Anne-Sylvie Mariéthoz
26 mars 2012
Jusqu’au 31 mars, le FiFF ouvre une fenêtre sur les films du monde et permet au public de voir quelques perles oubliées par les circuits de distribution. Des films importants qui nous confrontent aux réalités vécues dans différentes parties du globe, mais questionnent aussi nos préjugés et notre façon de consommer les images.
(La photo est tirée du film Le dernier maquis)

Depuis sa création il y a trente ans, le FIFF a perdu sa connotation « sud » et « tiermondiste », pour s’intituler simplement « Festival international de films de Fribourg ». « On ne sait plus très bien ce que recouvre cette notion de sud », relève le nouveau directeur du FIFF, Thierry Jobin.
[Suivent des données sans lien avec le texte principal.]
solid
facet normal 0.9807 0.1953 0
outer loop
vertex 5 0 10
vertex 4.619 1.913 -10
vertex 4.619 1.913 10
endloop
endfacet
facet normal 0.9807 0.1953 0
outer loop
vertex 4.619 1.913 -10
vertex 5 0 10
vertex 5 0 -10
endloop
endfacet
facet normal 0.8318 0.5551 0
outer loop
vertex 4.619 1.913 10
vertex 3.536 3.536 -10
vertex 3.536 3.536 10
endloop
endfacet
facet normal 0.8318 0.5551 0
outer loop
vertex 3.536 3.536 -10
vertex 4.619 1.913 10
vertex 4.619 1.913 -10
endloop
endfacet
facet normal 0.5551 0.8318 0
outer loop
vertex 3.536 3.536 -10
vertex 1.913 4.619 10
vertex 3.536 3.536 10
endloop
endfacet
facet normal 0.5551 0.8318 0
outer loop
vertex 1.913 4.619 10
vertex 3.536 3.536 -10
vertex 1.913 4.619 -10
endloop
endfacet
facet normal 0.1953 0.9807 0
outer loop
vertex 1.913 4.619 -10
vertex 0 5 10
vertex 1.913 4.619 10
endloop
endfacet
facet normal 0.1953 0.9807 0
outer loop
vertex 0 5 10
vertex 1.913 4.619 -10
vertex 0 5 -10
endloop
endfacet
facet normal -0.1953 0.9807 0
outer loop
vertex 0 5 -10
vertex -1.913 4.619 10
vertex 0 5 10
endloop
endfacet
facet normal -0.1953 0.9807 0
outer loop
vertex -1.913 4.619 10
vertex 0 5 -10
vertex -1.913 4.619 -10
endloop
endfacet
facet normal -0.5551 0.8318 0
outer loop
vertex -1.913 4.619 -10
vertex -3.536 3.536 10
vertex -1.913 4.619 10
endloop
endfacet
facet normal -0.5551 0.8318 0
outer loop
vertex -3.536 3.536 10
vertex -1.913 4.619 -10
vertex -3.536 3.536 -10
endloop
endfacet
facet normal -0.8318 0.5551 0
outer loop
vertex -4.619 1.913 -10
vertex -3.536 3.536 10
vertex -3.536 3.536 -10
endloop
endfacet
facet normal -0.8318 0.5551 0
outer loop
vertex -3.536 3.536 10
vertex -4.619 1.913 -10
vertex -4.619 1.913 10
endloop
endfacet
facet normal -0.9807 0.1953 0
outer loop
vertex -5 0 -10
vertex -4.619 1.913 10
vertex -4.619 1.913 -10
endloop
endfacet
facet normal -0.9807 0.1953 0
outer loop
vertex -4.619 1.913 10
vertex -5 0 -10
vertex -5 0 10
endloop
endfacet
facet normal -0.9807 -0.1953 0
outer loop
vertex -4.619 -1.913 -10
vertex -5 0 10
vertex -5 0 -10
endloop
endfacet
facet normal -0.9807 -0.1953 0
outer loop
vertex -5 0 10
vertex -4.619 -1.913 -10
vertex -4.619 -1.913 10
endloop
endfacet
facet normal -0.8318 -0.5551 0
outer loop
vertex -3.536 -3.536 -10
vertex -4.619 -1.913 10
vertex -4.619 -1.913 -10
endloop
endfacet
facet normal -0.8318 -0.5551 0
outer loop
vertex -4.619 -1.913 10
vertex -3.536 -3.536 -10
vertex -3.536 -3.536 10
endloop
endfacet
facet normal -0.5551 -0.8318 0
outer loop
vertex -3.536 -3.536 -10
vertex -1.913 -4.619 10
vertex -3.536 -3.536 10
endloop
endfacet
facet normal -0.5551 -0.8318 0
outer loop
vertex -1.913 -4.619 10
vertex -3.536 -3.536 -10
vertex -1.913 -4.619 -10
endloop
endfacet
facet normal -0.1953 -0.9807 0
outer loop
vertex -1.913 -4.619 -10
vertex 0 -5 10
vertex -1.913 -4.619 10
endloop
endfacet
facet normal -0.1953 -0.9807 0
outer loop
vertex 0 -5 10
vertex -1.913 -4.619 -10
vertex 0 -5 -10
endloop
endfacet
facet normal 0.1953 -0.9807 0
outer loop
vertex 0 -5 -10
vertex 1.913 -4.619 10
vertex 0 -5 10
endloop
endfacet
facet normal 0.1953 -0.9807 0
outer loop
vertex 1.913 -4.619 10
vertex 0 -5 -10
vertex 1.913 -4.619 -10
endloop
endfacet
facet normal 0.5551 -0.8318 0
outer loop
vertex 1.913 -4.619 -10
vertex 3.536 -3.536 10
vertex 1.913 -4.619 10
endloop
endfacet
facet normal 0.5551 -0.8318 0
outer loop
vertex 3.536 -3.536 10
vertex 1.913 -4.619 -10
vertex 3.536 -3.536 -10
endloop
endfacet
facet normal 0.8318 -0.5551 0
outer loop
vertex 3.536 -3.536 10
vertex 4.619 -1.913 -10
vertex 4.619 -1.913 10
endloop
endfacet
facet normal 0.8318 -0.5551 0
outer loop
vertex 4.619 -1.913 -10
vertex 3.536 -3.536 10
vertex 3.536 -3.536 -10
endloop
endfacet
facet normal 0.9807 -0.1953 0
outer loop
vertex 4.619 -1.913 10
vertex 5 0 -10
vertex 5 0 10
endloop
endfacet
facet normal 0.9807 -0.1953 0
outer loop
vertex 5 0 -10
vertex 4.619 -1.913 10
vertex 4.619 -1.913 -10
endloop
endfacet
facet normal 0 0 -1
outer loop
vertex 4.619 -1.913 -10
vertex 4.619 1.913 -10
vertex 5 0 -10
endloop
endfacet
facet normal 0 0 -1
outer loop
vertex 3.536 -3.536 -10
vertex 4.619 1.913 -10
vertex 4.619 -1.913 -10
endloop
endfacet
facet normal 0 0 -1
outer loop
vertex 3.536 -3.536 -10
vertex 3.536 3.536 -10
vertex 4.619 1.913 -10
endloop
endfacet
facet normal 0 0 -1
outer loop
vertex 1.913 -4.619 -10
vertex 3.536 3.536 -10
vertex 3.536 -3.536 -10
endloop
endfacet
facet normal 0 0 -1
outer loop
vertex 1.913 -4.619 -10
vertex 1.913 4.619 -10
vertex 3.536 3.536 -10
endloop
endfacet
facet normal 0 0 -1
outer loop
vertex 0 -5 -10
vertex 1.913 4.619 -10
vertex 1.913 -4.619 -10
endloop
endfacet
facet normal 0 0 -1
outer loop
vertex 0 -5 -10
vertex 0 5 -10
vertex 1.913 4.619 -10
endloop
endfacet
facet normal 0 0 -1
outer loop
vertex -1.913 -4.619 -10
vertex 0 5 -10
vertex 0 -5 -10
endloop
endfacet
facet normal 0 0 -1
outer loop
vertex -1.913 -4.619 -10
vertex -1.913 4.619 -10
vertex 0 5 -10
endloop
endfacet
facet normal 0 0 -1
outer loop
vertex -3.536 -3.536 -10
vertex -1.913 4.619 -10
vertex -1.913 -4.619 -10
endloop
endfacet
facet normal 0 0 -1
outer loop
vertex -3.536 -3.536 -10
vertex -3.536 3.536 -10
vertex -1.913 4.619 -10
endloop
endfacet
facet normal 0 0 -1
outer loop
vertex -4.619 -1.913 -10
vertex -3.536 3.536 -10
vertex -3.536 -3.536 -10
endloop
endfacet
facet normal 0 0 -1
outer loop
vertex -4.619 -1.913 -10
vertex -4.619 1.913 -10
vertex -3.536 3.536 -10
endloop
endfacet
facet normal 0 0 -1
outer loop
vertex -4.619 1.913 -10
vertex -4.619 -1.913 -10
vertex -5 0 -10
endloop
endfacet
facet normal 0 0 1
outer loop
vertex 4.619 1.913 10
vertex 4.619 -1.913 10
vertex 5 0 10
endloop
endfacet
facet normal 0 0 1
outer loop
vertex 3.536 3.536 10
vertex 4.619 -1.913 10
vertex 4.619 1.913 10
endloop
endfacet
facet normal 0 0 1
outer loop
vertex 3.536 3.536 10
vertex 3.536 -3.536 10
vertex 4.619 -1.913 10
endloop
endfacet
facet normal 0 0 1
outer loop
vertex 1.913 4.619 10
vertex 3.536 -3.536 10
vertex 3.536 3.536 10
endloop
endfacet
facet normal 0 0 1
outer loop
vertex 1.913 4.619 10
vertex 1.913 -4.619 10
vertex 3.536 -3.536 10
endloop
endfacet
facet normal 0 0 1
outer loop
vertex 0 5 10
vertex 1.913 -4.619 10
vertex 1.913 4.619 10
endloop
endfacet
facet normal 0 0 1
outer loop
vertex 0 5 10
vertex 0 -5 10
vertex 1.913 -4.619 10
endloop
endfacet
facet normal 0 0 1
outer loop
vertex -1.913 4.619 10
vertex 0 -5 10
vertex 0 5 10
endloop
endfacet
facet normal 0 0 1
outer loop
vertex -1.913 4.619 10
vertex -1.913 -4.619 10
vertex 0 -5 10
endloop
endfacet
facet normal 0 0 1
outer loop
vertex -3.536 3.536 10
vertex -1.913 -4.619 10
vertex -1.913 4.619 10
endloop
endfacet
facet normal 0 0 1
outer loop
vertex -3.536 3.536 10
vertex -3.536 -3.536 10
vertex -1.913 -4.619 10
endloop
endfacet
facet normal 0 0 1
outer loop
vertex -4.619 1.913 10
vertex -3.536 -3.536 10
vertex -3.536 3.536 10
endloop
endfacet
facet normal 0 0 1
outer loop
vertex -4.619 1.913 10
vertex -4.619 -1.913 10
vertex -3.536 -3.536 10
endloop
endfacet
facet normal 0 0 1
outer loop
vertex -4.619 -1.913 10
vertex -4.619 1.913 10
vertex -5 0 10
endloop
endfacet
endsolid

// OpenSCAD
// param: radius=5, height=20
module param_cylinder(radius=5, height=20) {
    cylinder(r=radius, h=height, center=true);
}
param_cylinder(radius=5, height=20);
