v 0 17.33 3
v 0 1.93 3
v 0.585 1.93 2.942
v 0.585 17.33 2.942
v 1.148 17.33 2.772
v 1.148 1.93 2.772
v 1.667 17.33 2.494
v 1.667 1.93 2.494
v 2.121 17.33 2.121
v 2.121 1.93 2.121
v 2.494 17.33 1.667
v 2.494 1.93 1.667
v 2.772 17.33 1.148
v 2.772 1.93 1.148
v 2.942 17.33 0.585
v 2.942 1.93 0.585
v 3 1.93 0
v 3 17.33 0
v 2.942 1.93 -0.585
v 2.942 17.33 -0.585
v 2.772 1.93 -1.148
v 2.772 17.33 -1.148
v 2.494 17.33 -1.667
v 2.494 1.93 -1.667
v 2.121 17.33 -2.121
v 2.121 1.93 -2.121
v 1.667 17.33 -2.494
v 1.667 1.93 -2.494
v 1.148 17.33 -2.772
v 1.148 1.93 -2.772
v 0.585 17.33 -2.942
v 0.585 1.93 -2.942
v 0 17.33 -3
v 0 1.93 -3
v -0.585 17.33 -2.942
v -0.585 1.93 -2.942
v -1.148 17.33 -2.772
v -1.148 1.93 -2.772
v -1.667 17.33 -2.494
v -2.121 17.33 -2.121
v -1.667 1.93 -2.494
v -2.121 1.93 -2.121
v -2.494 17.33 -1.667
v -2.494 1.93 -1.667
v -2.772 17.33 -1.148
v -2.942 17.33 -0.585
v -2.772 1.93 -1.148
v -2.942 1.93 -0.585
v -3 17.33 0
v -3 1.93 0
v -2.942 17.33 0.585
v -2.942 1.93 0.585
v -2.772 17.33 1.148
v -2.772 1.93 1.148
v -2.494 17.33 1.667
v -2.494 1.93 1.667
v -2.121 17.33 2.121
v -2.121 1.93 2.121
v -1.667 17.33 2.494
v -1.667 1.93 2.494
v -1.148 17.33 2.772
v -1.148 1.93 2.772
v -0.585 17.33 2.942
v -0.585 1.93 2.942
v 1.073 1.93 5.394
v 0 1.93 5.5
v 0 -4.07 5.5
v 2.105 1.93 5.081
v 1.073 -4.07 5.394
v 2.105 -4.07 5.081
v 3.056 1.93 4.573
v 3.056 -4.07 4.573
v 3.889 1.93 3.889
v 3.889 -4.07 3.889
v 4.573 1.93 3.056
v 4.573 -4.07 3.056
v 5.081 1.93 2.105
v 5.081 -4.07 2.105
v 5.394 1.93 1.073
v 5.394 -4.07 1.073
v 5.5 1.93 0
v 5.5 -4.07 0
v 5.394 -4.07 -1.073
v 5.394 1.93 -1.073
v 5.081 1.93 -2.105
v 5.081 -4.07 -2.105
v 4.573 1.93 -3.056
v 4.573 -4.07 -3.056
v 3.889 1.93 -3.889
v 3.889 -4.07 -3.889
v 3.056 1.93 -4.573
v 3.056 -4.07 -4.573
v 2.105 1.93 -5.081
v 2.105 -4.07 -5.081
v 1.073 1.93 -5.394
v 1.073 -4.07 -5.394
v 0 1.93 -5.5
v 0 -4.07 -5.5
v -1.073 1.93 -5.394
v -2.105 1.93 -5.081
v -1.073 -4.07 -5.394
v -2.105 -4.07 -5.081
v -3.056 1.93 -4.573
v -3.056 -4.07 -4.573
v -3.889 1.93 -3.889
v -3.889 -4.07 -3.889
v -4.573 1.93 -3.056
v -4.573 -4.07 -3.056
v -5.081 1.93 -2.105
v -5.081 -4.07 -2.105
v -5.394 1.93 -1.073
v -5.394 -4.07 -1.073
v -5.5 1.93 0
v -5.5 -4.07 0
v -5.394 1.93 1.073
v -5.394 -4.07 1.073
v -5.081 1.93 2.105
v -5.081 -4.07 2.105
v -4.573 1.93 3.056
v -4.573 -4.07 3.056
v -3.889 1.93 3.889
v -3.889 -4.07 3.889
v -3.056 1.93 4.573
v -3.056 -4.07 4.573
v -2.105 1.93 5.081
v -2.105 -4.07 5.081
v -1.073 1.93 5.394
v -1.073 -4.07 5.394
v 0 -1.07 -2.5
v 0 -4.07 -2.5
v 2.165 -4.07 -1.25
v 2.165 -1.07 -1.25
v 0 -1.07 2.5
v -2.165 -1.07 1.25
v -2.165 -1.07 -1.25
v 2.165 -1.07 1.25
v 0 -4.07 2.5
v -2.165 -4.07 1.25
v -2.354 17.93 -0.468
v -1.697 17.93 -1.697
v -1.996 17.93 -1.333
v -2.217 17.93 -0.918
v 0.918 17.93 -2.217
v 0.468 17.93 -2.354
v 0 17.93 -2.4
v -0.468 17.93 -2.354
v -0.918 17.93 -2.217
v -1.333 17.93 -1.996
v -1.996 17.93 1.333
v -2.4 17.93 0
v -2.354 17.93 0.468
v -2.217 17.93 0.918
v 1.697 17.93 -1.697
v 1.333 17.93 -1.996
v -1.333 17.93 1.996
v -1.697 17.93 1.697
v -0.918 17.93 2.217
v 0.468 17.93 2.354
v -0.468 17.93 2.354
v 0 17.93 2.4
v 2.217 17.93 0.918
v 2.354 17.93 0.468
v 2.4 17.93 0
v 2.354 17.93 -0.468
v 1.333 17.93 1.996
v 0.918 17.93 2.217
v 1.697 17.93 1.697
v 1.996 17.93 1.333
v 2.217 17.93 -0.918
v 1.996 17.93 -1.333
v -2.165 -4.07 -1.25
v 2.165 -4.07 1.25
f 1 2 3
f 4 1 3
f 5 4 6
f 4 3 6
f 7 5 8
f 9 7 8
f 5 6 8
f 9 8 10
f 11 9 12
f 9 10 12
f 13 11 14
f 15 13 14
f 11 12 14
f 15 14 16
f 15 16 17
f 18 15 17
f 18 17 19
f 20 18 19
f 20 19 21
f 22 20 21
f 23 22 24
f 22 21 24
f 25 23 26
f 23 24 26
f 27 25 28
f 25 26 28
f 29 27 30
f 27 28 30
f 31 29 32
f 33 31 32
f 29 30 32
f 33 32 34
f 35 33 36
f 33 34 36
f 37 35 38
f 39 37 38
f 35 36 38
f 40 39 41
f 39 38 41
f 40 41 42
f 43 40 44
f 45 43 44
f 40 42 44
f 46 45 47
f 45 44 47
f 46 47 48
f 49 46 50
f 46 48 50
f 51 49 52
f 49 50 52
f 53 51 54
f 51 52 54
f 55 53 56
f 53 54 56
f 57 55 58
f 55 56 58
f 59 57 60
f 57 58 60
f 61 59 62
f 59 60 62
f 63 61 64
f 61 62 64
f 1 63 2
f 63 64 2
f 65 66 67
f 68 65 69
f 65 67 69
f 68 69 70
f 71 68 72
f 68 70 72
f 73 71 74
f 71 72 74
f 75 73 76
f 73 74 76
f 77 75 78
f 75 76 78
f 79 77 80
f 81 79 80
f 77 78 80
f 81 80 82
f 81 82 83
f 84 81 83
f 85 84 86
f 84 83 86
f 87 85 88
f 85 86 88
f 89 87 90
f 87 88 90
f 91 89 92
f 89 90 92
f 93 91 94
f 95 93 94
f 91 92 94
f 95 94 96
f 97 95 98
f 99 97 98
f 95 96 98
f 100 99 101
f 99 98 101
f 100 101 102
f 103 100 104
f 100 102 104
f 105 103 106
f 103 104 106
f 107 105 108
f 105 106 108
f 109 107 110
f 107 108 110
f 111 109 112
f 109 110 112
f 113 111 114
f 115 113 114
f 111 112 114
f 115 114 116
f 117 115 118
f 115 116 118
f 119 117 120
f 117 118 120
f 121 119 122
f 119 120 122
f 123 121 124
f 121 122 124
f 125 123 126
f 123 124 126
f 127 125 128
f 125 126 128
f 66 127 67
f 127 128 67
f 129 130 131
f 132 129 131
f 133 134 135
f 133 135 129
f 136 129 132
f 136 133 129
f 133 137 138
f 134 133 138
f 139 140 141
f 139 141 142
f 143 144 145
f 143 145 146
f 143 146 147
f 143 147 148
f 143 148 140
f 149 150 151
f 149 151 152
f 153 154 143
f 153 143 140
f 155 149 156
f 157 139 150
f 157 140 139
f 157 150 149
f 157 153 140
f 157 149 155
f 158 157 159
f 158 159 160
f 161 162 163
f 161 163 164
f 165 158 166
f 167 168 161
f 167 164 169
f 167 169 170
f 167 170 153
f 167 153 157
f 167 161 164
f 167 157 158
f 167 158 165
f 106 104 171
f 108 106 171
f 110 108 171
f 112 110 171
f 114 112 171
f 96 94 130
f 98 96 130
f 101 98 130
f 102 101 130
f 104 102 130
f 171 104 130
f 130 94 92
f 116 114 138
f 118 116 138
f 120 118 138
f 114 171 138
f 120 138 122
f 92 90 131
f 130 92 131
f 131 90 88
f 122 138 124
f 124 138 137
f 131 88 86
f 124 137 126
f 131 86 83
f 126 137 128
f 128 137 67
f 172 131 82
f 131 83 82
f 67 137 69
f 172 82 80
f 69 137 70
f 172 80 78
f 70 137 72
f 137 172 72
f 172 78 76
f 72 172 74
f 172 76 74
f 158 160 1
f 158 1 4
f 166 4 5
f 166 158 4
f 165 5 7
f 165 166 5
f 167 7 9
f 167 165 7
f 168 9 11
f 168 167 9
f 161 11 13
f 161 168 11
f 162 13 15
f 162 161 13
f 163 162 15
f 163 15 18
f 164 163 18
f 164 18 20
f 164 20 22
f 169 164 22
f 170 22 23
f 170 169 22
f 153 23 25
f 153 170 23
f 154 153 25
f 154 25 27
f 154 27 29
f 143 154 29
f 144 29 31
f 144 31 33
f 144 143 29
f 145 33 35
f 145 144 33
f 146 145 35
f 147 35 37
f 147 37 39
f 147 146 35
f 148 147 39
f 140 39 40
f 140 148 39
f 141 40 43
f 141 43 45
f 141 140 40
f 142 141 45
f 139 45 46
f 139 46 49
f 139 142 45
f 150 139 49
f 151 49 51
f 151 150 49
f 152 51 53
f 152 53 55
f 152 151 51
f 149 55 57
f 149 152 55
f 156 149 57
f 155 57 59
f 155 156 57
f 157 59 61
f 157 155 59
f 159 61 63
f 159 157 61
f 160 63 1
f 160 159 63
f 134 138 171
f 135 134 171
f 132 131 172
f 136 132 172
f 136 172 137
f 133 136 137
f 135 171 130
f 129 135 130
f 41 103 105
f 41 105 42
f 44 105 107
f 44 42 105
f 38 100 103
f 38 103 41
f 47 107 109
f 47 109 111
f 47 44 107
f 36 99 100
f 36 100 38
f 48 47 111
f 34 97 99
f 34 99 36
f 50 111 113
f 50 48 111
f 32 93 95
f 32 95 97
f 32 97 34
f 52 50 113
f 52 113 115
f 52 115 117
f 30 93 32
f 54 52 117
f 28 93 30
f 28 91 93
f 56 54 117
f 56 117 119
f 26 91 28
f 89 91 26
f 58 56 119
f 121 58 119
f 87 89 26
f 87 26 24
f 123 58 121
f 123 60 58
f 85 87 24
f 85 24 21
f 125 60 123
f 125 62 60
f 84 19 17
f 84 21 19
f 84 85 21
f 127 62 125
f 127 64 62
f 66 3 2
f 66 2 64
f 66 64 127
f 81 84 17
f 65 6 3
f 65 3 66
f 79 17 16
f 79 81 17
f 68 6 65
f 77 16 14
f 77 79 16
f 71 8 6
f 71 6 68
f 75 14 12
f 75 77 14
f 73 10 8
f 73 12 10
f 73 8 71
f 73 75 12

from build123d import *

# Parameters (mm, degrees)
SKETCH_1_R          = 2.75
EXTRUDE_1_DEPTH     = 3
CUT_EXTRUDE_1_DEPTH = 1.5
SKETCH_2_R          = 1.5
EXTRUDE_2_DEPTH     = 8
CHAMFER_1_SIZE      = 0.3
SCALE_1_SCALE       = 2


with BuildPart() as part:
    # 草图1 → 凸台-拉伸1 (new body)
    with BuildSketch(Plane(origin=(0, 0, 0), x_dir=(1, 0, 0), z_dir=(0, 1, 0))):
        with Locations(Location((0, 0, 0), (0, 0, 270))):
            Circle(SKETCH_1_R)
    extrude(amount=EXTRUDE_1_DEPTH)

    # 草图3 → 切除-拉伸1 (cut)
    with BuildSketch(Plane.XZ):
        Polygon((0, 1.25), (-1.082531755, 0.625), (-1.082531755, -0.625), (0, -1.25), (1.082531755, -0.625), (1.082531755, 0.625), align=None)
    extrude(amount=-CUT_EXTRUDE_1_DEPTH, mode=Mode.SUBTRACT)

    # 草图2 → 凸台-拉伸2 (add)
    with BuildSketch(Plane(origin=(0, 3, 0), x_dir=(1, 0, 0), z_dir=(0, 1, 0))):
        with Locations(Location((0, 0, 0), (0, 0, 270))):
            Circle(SKETCH_2_R)
    extrude(amount=EXTRUDE_2_DEPTH)

    # 倒角1
    chamfer_1_edges = [part.edges().sort_by_distance(p)[0] for p in [
        (0, 11, -1.5),
    ]]
    chamfer(chamfer_1_edges, length=CHAMFER_1_SIZE)


with BuildPart() as part_1:
    # 缩放比例1: scaled about (0, 4.07020226, 0)
    add(part.part.scale(SCALE_1_SCALE).moved(Location((0, -4.07020226, 0))))


solid = part_1.part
« La Chine fait-elle encore partie des pays du sud? » A l’époque où l’Europe s’enfonce dans la crise de la dette et où la Chine prête de l’argent aux Etats-Unis, la question mérite d’être posée. Comme pour mieux souligner ce brouillage des repères, l’affiche du Festival 2012 présente une rose des vents réinterprétée, où les symboles des points cardinaux s’enchevêtrent et s’inversent.

« Le monde du cinéma est aussi moins cloisonné qu’à l’époque où le festival a été créé », souligne encore Thierry Jobin, relevant qu’une grande partie des œuvres présentées au FIFF sont des coproductions internationales. Et si rien n’était fait pour que les œuvres circulent d’un continent à l’autre, ce n’est plus le cas aujourd’hui, « notamment grâce à l’important travail accompli par les fondateurs du FIFF et par des institutions comme Trigon film ». La compréhension entre les différentes cultures a-t-elle progressé pour autant? Rien n’est moins sûr…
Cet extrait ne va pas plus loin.